Beschreibung
Additive manufacturing methods such as laser powder bed fusion offer an enormous flexibility in the efficient design of parts. In this process, a laser locally melts feedstock powder to build up a part layer-by-layer. It is this localized processing manner imposing large temperature gradients, resulting in the formation of internal stress and characteristic microstructures. Produced parts inherently contain high levels of residual stress accompanied by columnar grain growth and crystallographic texture. On a smaller scale, the microstructure is characterized by competitive cell-like solidification with micro segregation and dislocation entanglement. In this context, it is crucial to understand the interplay between microstructure, texture, and residual stress to take full advantage of the freedom in design. In fact, X-ray and neutron diffraction are considered as the benchmark for the non-destructive characterization of surface and bulk residual stress. The latter, characterized by a high penetration power in most engineering alloys, allows the use of diffraction angle close to 90°, enabling the employment of a nearly cubic gauge volume. However, the complex hierarchical microstructures produced by additive manufacturing present significant challenges towards the reliable characterization of residual stress by neutron diffraction. Since residual stress is not the direct quantity being measured, the peak shift imposed by the residual stress present in a material must be converted into a macroscopic stress. First, an appropriate lattice plane must be selected that is easily accessible (i.e., high multiplicity) and insensitive to micro strain accumulation. Second, a stress-free reference must be known to calculate a lattice strain, which can be difficult to define for the heterogeneous microstructures produced by additive manufacturing. Third, an appropriate set of diffraction elastic constants that relate the lattice strain to the macroscopic stress must be known.

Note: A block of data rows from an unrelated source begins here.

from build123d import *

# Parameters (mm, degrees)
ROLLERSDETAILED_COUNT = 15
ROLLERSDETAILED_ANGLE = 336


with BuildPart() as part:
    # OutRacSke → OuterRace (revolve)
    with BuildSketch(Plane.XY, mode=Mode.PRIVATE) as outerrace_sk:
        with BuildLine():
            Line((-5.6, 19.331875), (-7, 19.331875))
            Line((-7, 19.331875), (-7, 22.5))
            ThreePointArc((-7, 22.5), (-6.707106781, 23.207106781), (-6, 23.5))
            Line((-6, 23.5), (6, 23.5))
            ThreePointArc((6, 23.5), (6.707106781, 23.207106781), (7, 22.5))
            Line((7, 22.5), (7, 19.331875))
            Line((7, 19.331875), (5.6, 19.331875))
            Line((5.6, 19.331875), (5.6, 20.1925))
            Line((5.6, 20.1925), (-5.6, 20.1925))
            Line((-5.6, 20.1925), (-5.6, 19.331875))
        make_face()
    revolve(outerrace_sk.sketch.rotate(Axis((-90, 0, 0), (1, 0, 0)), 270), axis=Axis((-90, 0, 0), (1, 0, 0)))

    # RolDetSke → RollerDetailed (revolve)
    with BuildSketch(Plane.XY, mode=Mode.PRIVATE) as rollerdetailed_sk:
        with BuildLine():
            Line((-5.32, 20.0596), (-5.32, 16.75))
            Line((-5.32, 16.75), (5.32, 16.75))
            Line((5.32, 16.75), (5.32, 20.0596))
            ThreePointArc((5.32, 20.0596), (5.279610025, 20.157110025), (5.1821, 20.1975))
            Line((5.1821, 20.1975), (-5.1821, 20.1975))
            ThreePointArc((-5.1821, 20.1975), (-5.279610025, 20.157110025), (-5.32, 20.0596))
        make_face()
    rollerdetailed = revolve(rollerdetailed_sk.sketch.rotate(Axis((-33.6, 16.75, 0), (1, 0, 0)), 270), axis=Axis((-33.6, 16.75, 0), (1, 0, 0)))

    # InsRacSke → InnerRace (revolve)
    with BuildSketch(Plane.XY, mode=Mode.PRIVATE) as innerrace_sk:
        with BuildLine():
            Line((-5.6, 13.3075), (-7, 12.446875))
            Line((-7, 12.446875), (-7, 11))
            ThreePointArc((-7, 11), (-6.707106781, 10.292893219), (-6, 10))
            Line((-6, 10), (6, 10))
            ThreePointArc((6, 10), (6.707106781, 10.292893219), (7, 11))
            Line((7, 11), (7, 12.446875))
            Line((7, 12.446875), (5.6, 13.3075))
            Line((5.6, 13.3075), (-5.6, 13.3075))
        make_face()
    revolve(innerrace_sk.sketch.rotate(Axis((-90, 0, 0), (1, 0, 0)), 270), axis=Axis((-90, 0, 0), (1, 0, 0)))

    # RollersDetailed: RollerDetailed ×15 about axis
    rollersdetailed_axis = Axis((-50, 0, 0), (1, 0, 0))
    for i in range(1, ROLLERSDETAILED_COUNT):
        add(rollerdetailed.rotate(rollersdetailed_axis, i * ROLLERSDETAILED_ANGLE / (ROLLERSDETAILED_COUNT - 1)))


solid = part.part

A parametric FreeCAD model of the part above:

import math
import FreeCAD as App
import Part
import Sketcher
Q = App.Units.Quantity

doc = App.newDocument("Part")
params = doc.addObject("Spreadsheet::Sheet", "Params")
for row, (alias, value) in enumerate([
    ("sketch1_radius", "1 mm"),
    ("sketch1_width", "12 mm"),
    ("sketch1_width2", "1.4 mm"),
    ("revolution_angle", "360 deg"),
    ("sketch2_width", "10.64 mm"),
    ("revolution2_angle", "360 deg"),
    ("sketch3_radius", "1 mm"),
    ("sketch3_width", "12 mm"),
    ("sketch3_width2", "11.2 mm"),
    ("revolution3_angle", "360 deg"),
], start=1):
    params.set(f"A{row}", alias)
    params.set(f"B{row}", "=" + value)
    params.setAlias(f"B{row}", alias)

body = doc.addObject("PartDesign::Body", "Body")

sketch1 = body.newObject("Sketcher::SketchObject", "Sketch")
sketch1.AttachmentSupport = (doc.getObject("XY_Plane"), [""])
sketch1.MapMode = "FlatFace"
sketch1.addGeometry([
    Part.LineSegment(App.Vector(-7, 19.3, 0), App.Vector(-5.6, 19.3, 0)),
    Part.LineSegment(App.Vector(-5.6, 19.3, 0), App.Vector(-5.6, 20.2, 0)),
    Part.LineSegment(App.Vector(-5.6, 20.2, 0), App.Vector(5.6, 20.2, 0)),
    Part.LineSegment(App.Vector(5.6, 20.2, 0), App.Vector(5.6, 19.3, 0)),
    Part.LineSegment(App.Vector(5.6, 19.3, 0), App.Vector(7, 19.3, 0)),
    Part.LineSegment(App.Vector(7, 19.3, 0), App.Vector(7, 22.5, 0)),
    Part.ArcOfCircle(Part.Circle(App.Vector(6, 22.5, 0), App.Vector(0, 0, 1), 1), math.radians(0), math.radians(90)),
    Part.LineSegment(App.Vector(6, 23.5, 0), App.Vector(-6, 23.5, 0)),
    Part.ArcOfCircle(Part.Circle(App.Vector(-6, 22.5, 0), App.Vector(0, 0, 1), 1), math.radians(90), math.radians(180)),
    Part.LineSegment(App.Vector(-7, 22.5, 0), App.Vector(-7, 19.3, 0)),
], False)
sketch1.addConstraint([
    Sketcher.Constraint("Coincident", 0, 2, 1, 1),
    Sketcher.Constraint("Coincident", 1, 2, 2, 1),
    Sketcher.Constraint("Coincident", 2, 2, 3, 1),
    Sketcher.Constraint("Coincident", 3, 2, 4, 1),
    Sketcher.Constraint("Coincident", 4, 2, 5, 1),
    Sketcher.Constraint("Tangent", 5, 2, 6, 1),
    Sketcher.Constraint("Tangent", 6, 2, 7, 1),
    Sketcher.Constraint("Tangent", 7, 2, 8, 1),
    Sketcher.Constraint("Tangent", 8, 2, 9, 1),
    Sketcher.Constraint("Coincident", 9, 2, 0, 1),
    Sketcher.Constraint("Horizontal", 0),
    Sketcher.Constraint("Vertical", 1),
    Sketcher.Constraint("Horizontal", 2),
    Sketcher.Constraint("Vertical", 3),
    Sketcher.Constraint("Horizontal", 4),
    Sketcher.Constraint("Vertical", 5),
    Sketcher.Constraint("Horizontal", 7),
    Sketcher.Constraint("Vertical", 9),
    Sketcher.Constraint("Equal", 6, 8),
    Sketcher.Constraint("Symmetric", 0, 2, 3, 2, -2),
    Sketcher.Constraint("Equal", 0, 4),
    Sketcher.Constraint("Radius", 6, Q("1 mm")),
    Sketcher.Constraint("DistanceX", 7, 2, 7, 1, Q("12 mm")),
    Sketcher.Constraint("DistanceX", 0, 1, 0, 2, Q("1.4 mm")),
    Sketcher.Constraint("DistanceY", -1, 1, 6, 3, Q("22.5 mm")),
    Sketcher.Constraint("DistanceY", -1, 1, 1, 2, Q("20.1925 mm")),
    Sketcher.Constraint("DistanceY", 1, 1, 1, 2, Q("0.860625 mm")),
])
sketch1.setExpression("Constraints[21]", "Params.sketch1_radius")
sketch1.setExpression("Constraints[22]", "Params.sketch1_width")
sketch1.setExpression("Constraints[23]", "Params.sketch1_width2")
revolution = body.newObject("PartDesign::Revolution", "Revolution")
revolution.Profile = sketch1
revolution.ReferenceAxis = (sketch1, ["H_Axis"])
revolution.setExpression("Angle", "Params.revolution_angle")

sketch2 = body.newObject("Sketcher::SketchObject", "Sketch001")
sketch2.AttachmentSupport = (doc.getObject("XY_Plane"), [""])
sketch2.MapMode = "FlatFace"
sketch2.addGeometry([
    Part.LineSegment(App.Vector(-5.32, 20.06, 0), App.Vector(-5.32, 16.75, 0)),
    Part.LineSegment(App.Vector(-5.32, 16.75, 0), App.Vector(5.32, 16.75, 0)),
    Part.LineSegment(App.Vector(5.32, 16.75, 0), App.Vector(5.32, 20.06, 0)),
    Part.ArcOfCircle(Part.Circle(App.Vector(5.18, 20.06, 0), App.Vector(0, 0, 1), 0.14), math.radians(0), math.radians(90)),
    Part.LineSegment(App.Vector(5.18, 20.2, 0), App.Vector(-5.18, 20.2, 0)),
    Part.ArcOfCircle(Part.Circle(App.Vector(-5.18, 20.06, 0), App.Vector(0, 0, 1), 0.14), math.radians(90), math.radians(180)),
], False)
sketch2.addGeometry(Part.LineSegment(App.Vector(-5.32, 16.75, 0), App.Vector(5.32, 16.75, 0)), True)
sketch2.addConstraint([
    Sketcher.Constraint("Coincident", 0, 2, 1, 1),
    Sketcher.Constraint("Coincident", 1, 2, 2, 1),
    Sketcher.Constraint("Tangent", 2, 2, 3, 1),
    Sketcher.Constraint("Tangent", 3, 2, 4, 1),
    Sketcher.Constraint("Tangent", 4, 2, 5, 1),
    Sketcher.Constraint("Tangent", 5, 2, 0, 1),
    Sketcher.Constraint("Vertical", 0),
    Sketcher.Constraint("Horizontal", 1),
    Sketcher.Constraint("Vertical", 2),
    Sketcher.Constraint("Horizontal", 4),
    Sketcher.Constraint("Horizontal", 6),
    Sketcher.Constraint("Coincident", 6, 1, 0, 2),
    Sketcher.Constraint("Equal", 3, 5),
    Sketcher.Constraint("Vertical", 2, 2, 6, 2),
    Sketcher.Constraint("DistanceX", 1, 1, 1, 2, Q("10.64 mm")),
    Sketcher.Constraint("Radius", 3, Q("0.1379 mm")),
    Sketcher.Constraint("DistanceX", 0, 2, -1, 1, Q("5.32 mm")),
    Sketcher.Constraint("DistanceY", -1, 1, 0, 2, Q("16.75 mm")),
    Sketcher.Constraint("DistanceY", 0, 2, 0, 1, Q("3.3096 mm")),
])
sketch2.setExpression("Constraints[14]", "Params.sketch2_width")
revolution2 = body.newObject("PartDesign::Revolution", "Revolution001")
revolution2.Profile = sketch2
revolution2.ReferenceAxis = (sketch2, ["Axis0"])
revolution2.setExpression("Angle", "Params.revolution2_angle")

sketch3 = body.newObject("Sketcher::SketchObject", "Sketch002")
sketch3.AttachmentSupport = (doc.getObject("XY_Plane"), [""])
sketch3.MapMode = "FlatFace"
sketch3.addGeometry([
    Part.LineSegment(App.Vector(-5.6, 13.3, 0), App.Vector(-7, 12.4, 0)),
    Part.LineSegment(App.Vector(-7, 12.4, 0), App.Vector(-7, 11, 0)),
    Part.ArcOfCircle(Part.Circle(App.Vector(-6, 11, 0), App.Vector(0, 0, 1), 1), math.radians(-180), math.radians(-90)),
    Part.LineSegment(App.Vector(-6, 10, 0), App.Vector(6, 10, 0)),
    Part.ArcOfCircle(Part.Circle(App.Vector(6, 11, 0), App.Vector(0, 0, 1), 1), math.radians(-90), math.radians(0)),
    Part.LineSegment(App.Vector(7, 11, 0), App.Vector(7, 12.4, 0)),
    Part.LineSegment(App.Vector(7, 12.4, 0), App.Vector(5.6, 13.3, 0)),
    Part.LineSegment(App.Vector(5.6, 13.3, 0), App.Vector(-5.6, 13.3, 0)),
], False)
sketch3.addConstraint([
    Sketcher.Constraint("Coincident", 0, 2, 1, 1),
    Sketcher.Constraint("Tangent", 1, 2, 2, 1),
    Sketcher.Constraint("Tangent", 2, 2, 3, 1),
    Sketcher.Constraint("Tangent", 3, 2, 4, 1),
    Sketcher.Constraint("Tangent", 4, 2, 5, 1),
    Sketcher.Constraint("Coincident", 5, 2, 6, 1),
    Sketcher.Constraint("Coincident", 6, 2, 7, 1),
    Sketcher.Constraint("Coincident", 7, 2, 0, 1),
    Sketcher.Constraint("Vertical", 1),
    Sketcher.Constraint("Horizontal", 3),
    Sketcher.Constraint("Vertical", 5),
    Sketcher.Constraint("Horizontal", 7),
    Sketcher.Constraint("Equal", 2, 4),
    Sketcher.Constraint("Symmetric", 0, 2, 5, 2, -2),
    Sketcher.Constraint("Equal", 0, 6),
    Sketcher.Constraint("Radius", 2, Q("1 mm")),
    Sketcher.Constraint("DistanceX", 3, 1, 3, 2, Q("12 mm")),
    Sketcher.Constraint("DistanceX", 7, 2, 7, 1, Q("11.2 mm")),
    Sketcher.Constraint("DistanceY", -1, 1, 2, 3, Q("11 mm")),
    Sketcher.Constraint("DistanceY", -1, 1, 6, 2, Q("13.3075 mm")),
    Sketcher.Constraint("DistanceY", 1, 2, 1, 1, Q("1.446875 mm")),
])
sketch3.setExpression("Constraints[15]", "Params.sketch3_radius")
sketch3.setExpression("Constraints[16]", "Params.sketch3_width")
sketch3.setExpression("Constraints[17]", "Params.sketch3_width2")
revolution3 = body.newObject("PartDesign::Revolution", "Revolution002")
revolution3.Profile = sketch3
revolution3.ReferenceAxis = (sketch3, ["H_Axis"])
revolution3.setExpression("Angle", "Params.revolution3_angle")
doc.recompute()

polarpattern = body.newObject("PartDesign::PolarPattern", "PolarPattern")
polarpattern.Originals = [revolution2]
polarpattern.Axis = (doc.getObject("X_Axis"), [""])
polarpattern.Angle = 360
polarpattern.Occurrences = 15
body.Tip = polarpattern

doc.recompute()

In this presentation, advancements in the field of residual stress analysis using neutron diffraction are presented on the example of the Ni-based superalloy Inconel 718. The effect of the complex microstructure on the determination of residual stress by neutron diffraction is presented. It is shown, how to deal with the determination of the stress-free reference. It is also shown that the selection of an appropriate set of diffraction elastic constants depends on the microstructure. Finally, the role of the crystallographic texture in the determination of the residual stress is shown.